→ EXERCISE GOAL:
Return the records exactly, from the first line through the "v 25.4 -19.796 24.823" line.

→ RECORD EXCERPTS:
.....

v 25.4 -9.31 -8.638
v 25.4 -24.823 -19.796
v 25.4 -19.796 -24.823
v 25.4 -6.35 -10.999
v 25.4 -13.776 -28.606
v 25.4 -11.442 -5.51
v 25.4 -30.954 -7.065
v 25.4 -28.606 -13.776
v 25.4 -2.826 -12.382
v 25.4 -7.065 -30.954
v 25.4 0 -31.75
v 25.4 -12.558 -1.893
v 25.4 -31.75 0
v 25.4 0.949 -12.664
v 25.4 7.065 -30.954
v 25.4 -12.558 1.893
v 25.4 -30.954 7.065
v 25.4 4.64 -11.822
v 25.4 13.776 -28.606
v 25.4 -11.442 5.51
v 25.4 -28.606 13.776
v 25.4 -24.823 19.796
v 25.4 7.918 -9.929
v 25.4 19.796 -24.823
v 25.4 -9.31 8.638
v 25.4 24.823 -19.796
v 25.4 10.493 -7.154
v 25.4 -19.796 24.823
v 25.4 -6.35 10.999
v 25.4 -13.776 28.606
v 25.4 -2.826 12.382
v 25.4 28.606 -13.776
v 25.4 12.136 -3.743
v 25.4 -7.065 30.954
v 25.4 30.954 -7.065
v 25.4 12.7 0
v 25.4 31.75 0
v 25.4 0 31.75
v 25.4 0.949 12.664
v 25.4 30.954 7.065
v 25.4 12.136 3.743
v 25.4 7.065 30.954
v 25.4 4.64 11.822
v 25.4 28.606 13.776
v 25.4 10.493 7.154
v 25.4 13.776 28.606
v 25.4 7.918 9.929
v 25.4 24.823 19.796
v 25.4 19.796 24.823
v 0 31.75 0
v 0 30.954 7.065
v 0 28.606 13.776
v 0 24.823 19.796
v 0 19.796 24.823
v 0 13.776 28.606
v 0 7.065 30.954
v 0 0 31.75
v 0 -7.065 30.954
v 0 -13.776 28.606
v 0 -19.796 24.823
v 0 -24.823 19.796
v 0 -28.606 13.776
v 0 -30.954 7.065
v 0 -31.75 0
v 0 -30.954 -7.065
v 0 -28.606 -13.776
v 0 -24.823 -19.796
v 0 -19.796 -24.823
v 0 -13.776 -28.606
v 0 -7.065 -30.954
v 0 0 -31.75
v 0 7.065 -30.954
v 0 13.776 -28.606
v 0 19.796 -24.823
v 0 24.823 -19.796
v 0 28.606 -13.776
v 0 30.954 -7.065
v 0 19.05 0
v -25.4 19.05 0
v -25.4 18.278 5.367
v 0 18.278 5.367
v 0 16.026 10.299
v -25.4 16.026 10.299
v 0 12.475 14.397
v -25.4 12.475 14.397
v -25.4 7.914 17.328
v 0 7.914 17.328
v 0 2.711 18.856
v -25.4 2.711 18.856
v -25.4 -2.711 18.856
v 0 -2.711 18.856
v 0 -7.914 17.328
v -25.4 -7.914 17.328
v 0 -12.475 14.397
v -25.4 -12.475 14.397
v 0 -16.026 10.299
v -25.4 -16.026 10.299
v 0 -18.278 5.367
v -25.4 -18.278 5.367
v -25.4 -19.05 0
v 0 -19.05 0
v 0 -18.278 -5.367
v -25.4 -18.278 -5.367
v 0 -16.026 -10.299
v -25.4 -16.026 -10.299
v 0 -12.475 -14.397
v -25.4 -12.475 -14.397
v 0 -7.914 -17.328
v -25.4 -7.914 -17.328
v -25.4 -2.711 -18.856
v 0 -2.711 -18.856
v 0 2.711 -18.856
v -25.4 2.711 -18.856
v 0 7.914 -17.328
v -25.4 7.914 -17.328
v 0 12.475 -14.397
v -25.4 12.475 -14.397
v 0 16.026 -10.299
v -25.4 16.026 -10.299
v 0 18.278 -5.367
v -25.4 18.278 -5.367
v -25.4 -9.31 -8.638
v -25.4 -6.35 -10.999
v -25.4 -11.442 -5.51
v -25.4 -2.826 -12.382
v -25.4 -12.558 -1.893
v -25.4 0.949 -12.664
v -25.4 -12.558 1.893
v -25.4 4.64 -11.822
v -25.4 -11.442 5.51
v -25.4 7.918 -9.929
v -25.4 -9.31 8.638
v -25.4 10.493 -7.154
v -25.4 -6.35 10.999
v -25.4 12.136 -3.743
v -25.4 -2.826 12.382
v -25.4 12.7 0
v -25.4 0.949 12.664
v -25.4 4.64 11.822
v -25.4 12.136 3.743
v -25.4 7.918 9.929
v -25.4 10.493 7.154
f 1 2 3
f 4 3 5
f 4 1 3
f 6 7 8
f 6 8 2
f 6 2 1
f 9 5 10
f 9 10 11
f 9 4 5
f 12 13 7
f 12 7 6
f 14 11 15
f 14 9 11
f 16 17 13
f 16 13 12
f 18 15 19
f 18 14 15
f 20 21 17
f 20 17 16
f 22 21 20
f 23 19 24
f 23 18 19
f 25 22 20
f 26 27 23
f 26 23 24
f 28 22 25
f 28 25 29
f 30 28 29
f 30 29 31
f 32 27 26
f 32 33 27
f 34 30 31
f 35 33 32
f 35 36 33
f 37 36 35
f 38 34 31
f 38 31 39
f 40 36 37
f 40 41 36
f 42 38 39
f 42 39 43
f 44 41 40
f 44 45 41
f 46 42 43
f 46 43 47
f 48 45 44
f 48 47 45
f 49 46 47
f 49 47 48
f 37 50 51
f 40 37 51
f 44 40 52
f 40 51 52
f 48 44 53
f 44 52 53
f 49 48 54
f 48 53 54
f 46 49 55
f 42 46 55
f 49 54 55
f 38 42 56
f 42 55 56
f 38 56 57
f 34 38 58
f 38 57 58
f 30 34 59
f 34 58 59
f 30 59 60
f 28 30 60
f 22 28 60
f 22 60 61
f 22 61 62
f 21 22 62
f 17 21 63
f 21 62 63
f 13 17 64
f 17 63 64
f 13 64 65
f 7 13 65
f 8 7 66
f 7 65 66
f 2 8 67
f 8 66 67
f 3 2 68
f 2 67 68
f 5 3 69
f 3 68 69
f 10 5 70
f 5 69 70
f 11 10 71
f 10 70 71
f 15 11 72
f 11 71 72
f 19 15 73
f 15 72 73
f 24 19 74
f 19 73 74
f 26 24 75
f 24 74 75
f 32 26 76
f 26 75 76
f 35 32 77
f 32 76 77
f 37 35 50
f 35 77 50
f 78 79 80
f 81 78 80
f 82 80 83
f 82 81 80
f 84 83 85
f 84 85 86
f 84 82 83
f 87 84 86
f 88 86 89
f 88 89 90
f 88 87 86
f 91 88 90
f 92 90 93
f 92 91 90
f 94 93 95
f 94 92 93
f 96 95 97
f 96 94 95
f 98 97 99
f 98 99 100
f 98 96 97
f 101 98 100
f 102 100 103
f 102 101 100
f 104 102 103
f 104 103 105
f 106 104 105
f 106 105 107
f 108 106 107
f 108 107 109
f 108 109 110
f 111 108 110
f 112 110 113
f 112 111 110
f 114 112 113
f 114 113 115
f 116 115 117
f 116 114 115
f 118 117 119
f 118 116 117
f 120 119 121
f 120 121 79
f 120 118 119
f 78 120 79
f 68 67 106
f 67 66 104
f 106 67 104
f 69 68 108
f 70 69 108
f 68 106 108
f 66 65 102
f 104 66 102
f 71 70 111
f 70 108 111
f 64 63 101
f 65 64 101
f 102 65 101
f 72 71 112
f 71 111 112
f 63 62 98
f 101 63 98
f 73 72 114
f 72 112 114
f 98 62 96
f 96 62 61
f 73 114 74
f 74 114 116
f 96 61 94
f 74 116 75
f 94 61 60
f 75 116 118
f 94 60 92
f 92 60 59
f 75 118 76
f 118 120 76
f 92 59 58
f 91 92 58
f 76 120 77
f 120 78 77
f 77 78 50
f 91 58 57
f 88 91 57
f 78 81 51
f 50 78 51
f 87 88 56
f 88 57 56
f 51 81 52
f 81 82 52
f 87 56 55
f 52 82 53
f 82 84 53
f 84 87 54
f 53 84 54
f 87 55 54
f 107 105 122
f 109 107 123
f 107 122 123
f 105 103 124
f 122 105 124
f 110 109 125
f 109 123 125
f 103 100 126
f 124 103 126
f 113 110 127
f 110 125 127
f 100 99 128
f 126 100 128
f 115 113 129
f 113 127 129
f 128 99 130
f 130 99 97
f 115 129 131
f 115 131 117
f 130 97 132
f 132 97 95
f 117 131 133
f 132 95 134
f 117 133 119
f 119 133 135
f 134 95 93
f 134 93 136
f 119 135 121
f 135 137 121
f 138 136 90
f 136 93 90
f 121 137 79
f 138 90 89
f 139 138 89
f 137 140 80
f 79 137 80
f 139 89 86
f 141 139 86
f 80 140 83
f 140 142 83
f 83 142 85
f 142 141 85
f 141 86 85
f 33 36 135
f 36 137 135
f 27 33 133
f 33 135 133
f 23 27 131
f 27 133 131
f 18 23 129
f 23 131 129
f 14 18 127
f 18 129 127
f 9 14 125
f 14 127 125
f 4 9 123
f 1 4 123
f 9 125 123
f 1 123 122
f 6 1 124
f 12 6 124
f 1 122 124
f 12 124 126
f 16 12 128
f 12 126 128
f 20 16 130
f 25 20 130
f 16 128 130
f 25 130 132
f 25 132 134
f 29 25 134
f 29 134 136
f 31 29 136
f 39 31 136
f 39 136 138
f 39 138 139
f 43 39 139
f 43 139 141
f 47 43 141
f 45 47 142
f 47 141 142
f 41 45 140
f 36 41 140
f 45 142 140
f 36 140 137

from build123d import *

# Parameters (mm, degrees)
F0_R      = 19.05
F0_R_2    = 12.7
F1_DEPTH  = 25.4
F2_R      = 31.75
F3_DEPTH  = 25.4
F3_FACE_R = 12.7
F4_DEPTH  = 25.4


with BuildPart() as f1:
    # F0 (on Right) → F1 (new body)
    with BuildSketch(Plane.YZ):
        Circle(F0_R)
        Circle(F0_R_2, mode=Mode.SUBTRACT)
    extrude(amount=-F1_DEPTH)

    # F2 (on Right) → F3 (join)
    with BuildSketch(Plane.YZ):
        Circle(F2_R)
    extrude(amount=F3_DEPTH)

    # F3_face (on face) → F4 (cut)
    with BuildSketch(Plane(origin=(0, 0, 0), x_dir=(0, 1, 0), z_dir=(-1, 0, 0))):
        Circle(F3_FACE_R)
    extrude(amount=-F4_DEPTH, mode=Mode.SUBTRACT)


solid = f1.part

.....

→ SOLUTION TO THE PROBLEM:
v 25.4 -9.31 -8.638
v 25.4 -24.823 -19.796
v 25.4 -19.796 -24.823
v 25.4 -6.35 -10.999
v 25.4 -13.776 -28.606
v 25.4 -11.442 -5.51
v 25.4 -30.954 -7.065
v 25.4 -28.606 -13.776
v 25.4 -2.826 -12.382
v 25.4 -7.065 -30.954
v 25.4 0 -31.75
v 25.4 -12.558 -1.893
v 25.4 -31.75 0
v 25.4 0.949 -12.664
v 25.4 7.065 -30.954
v 25.4 -12.558 1.893
v 25.4 -30.954 7.065
v 25.4 4.64 -11.822
v 25.4 13.776 -28.606
v 25.4 -11.442 5.51
v 25.4 -28.606 13.776
v 25.4 -24.823 19.796
v 25.4 7.918 -9.929
v 25.4 19.796 -24.823
v 25.4 -9.31 8.638
v 25.4 24.823 -19.796
v 25.4 10.493 -7.154
v 25.4 -19.796 24.823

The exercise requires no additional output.